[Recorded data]
######
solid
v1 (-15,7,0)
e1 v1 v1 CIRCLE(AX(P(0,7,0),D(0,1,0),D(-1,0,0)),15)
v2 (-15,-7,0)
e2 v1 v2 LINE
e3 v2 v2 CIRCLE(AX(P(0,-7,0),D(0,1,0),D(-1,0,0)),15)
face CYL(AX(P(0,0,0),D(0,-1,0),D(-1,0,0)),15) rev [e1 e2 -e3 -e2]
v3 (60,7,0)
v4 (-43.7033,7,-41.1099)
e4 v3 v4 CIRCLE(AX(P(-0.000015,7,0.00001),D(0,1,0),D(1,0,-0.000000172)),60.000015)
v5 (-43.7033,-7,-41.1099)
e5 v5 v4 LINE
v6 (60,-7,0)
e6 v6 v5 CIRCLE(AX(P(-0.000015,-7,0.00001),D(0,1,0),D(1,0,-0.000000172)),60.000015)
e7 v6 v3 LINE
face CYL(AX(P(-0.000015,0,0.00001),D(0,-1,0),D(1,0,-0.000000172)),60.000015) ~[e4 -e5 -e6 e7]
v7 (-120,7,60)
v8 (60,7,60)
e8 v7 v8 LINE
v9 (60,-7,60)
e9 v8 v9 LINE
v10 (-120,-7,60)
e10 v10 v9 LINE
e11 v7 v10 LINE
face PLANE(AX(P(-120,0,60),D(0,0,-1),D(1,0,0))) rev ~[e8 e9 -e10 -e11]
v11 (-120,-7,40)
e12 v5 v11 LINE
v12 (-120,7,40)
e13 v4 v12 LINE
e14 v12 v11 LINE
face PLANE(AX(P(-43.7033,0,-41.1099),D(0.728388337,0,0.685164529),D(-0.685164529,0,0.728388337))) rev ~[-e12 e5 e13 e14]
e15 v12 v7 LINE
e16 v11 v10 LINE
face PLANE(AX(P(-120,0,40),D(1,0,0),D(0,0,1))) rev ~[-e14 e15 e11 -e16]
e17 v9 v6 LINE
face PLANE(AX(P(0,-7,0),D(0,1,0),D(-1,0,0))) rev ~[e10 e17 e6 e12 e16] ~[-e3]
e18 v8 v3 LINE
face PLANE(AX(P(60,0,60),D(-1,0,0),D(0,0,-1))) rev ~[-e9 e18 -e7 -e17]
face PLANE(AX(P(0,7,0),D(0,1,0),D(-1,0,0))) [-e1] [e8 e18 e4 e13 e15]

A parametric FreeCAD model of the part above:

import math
import FreeCAD as App
import Part
import Sketcher

doc = App.newDocument("Part")
body = doc.addObject("PartDesign::Body", "Body")

sketch1 = doc.addObject("Sketcher::SketchObject", "Sketch")
body.addObject(sketch1)
sketch1.AttachmentSupport = (doc.XZ_Plane, [""])
sketch1.MapMode = "FlatFace"
sketch1.addGeometry(Part.LineSegment(App.Vector(60, 60, 0), App.Vector(60, 0, 0)), False)
sketch1.addGeometry(Part.ArcOfCircle(Part.Circle(App.Vector(0, 0, 0), App.Vector(0, 0, 1), 60), math.radians(-137), math.radians(0)), False)
sketch1.addGeometry(Part.LineSegment(App.Vector(-44, -41, 0), App.Vector(-120, 40, 0)), False)
sketch1.addGeometry(Part.LineSegment(App.Vector(-120, 40, 0), App.Vector(-120, 60, 0)), False)
sketch1.addGeometry(Part.LineSegment(App.Vector(-120, 60, 0), App.Vector(60, 60, 0)), False)
sketch1.addGeometry(Part.Circle(App.Vector(0, 0, 0), App.Vector(0, 0, 1), 15), False)
sketch1.addConstraint(Sketcher.Constraint("Tangent", 0, 2, 1, 2))
sketch1.addConstraint(Sketcher.Constraint("Tangent", 1, 1, 2, 1))
sketch1.addConstraint(Sketcher.Constraint("Coincident", 2, 2, 3, 1))
sketch1.addConstraint(Sketcher.Constraint("Coincident", 3, 2, 4, 1))
sketch1.addConstraint(Sketcher.Constraint("Coincident", 4, 2, 0, 1))
sketch1.addConstraint(Sketcher.Constraint("Vertical", 0))
sketch1.addConstraint(Sketcher.Constraint("Vertical", 3))
sketch1.addConstraint(Sketcher.Constraint("Horizontal", 4))
sketch1.addConstraint(Sketcher.Constraint("Coincident", 1, 3, -1, 1))
sketch1.addConstraint(Sketcher.Constraint("Coincident", 5, 3, -1, 1))
sketch1.addConstraint(Sketcher.Constraint("Diameter", 5, 30.0))
sketch1.addConstraint(Sketcher.Constraint("Radius", 1, 60.0))
sketch1.addConstraint(Sketcher.Constraint("DistanceX", 4, 1, 4, 2, 180.0))
sketch1.addConstraint(Sketcher.Constraint("DistanceY", 0, 2, 0, 1, 60.0))
sketch1.addConstraint(Sketcher.Constraint("DistanceY", 3, 1, 3, 2, 20.0))
pad1 = doc.addObject("PartDesign::Pad", "Pad")
body.addObject(pad1)
pad1.Profile = sketch1
pad1.Length = 14
pad1.Midplane = True

doc.recompute()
######
Print the data again exactly.

solid
v1 (-15,7,0)
e1 v1 v1 CIRCLE(AX(P(0,7,0),D(0,1,0),D(-1,0,0)),15)
v2 (-15,-7,0)
e2 v1 v2 LINE
e3 v2 v2 CIRCLE(AX(P(0,-7,0),D(0,1,0),D(-1,0,0)),15)
face CYL(AX(P(0,0,0),D(0,-1,0),D(-1,0,0)),15) rev [e1 e2 -e3 -e2]
v3 (60,7,0)
v4 (-43.7033,7,-41.1099)
e4 v3 v4 CIRCLE(AX(P(-0.000015,7,0.00001),D(0,1,0),D(1,0,-0.000000172)),60.000015)
v5 (-43.7033,-7,-41.1099)
e5 v5 v4 LINE
v6 (60,-7,0)
e6 v6 v5 CIRCLE(AX(P(-0.000015,-7,0.00001),D(0,1,0),D(1,0,-0.000000172)),60.000015)
e7 v6 v3 LINE
face CYL(AX(P(-0.000015,0,0.00001),D(0,-1,0),D(1,0,-0.000000172)),60.000015) ~[e4 -e5 -e6 e7]
v7 (-120,7,60)
v8 (60,7,60)
e8 v7 v8 LINE
v9 (60,-7,60)
e9 v8 v9 LINE
v10 (-120,-7,60)
e10 v10 v9 LINE
e11 v7 v10 LINE
face PLANE(AX(P(-120,0,60),D(0,0,-1),D(1,0,0))) rev ~[e8 e9 -e10 -e11]
v11 (-120,-7,40)
e12 v5 v11 LINE
v12 (-120,7,40)
e13 v4 v12 LINE
e14 v12 v11 LINE
face PLANE(AX(P(-43.7033,0,-41.1099),D(0.728388337,0,0.685164529),D(-0.685164529,0,0.728388337))) rev ~[-e12 e5 e13 e14]
e15 v12 v7 LINE
e16 v11 v10 LINE
face PLANE(AX(P(-120,0,40),D(1,0,0),D(0,0,1))) rev ~[-e14 e15 e11 -e16]
e17 v9 v6 LINE
face PLANE(AX(P(0,-7,0),D(0,1,0),D(-1,0,0))) rev ~[e10 e17 e6 e12 e16] ~[-e3]
e18 v8 v3 LINE
face PLANE(AX(P(60,0,60),D(-1,0,0),D(0,0,-1))) rev ~[-e9 e18 -e7 -e17]
face PLANE(AX(P(0,7,0),D(0,1,0),D(-1,0,0))) [-e1] [e8 e18 e4 e13 e15]

A parametric FreeCAD model of the part above:

import math
import FreeCAD as App
import Part
import Sketcher

doc = App.newDocument("Part")
body = doc.addObject("PartDesign::Body", "Body")

sketch1 = doc.addObject("Sketcher::SketchObject", "Sketch")
body.addObject(sketch1)
sketch1.AttachmentSupport = (doc.XZ_Plane, [""])
sketch1.MapMode = "FlatFace"
sketch1.addGeometry(Part.LineSegment(App.Vector(60, 60, 0), App.Vector(60, 0, 0)), False)
sketch1.addGeometry(Part.ArcOfCircle(Part.Circle(App.Vector(0, 0, 0), App.Vector(0, 0, 1), 60), math.radians(-137), math.radians(0)), False)
sketch1.addGeometry(Part.LineSegment(App.Vector(-44, -41, 0), App.Vector(-120, 40, 0)), False)
sketch1.addGeometry(Part.LineSegment(App.Vector(-120, 40, 0), App.Vector(-120, 60, 0)), False)
sketch1.addGeometry(Part.LineSegment(App.Vector(-120, 60, 0), App.Vector(60, 60, 0)), False)
sketch1.addGeometry(Part.Circle(App.Vector(0, 0, 0), App.Vector(0, 0, 1), 15), False)
sketch1.addConstraint(Sketcher.Constraint("Tangent", 0, 2, 1, 2))
sketch1.addConstraint(Sketcher.Constraint("Tangent", 1, 1, 2, 1))
sketch1.addConstraint(Sketcher.Constraint("Coincident", 2, 2, 3, 1))
sketch1.addConstraint(Sketcher.Constraint("Coincident", 3, 2, 4, 1))
sketch1.addConstraint(Sketcher.Constraint("Coincident", 4, 2, 0, 1))
sketch1.addConstraint(Sketcher.Constraint("Vertical", 0))
sketch1.addConstraint(Sketcher.Constraint("Vertical", 3))
sketch1.addConstraint(Sketcher.Constraint("Horizontal", 4))
sketch1.addConstraint(Sketcher.Constraint("Coincident", 1, 3, -1, 1))
sketch1.addConstraint(Sketcher.Constraint("Coincident", 5, 3, -1, 1))
sketch1.addConstraint(Sketcher.Constraint("Diameter", 5, 30.0))
sketch1.addConstraint(Sketcher.Constraint("Radius", 1, 60.0))
sketch1.addConstraint(Sketcher.Constraint("DistanceX", 4, 1, 4, 2, 180.0))
sketch1.addConstraint(Sketcher.Constraint("DistanceY", 0, 2, 0, 1, 60.0))
sketch1.addConstraint(Sketcher.Constraint("DistanceY", 3, 1, 3, 2, 20.0))
pad1 = doc.addObject("PartDesign::Pad", "Pad")
body.addObject(pad1)
pad1.Profile = sketch1
pad1.Length = 14
pad1.Midplane = True

doc.recompute()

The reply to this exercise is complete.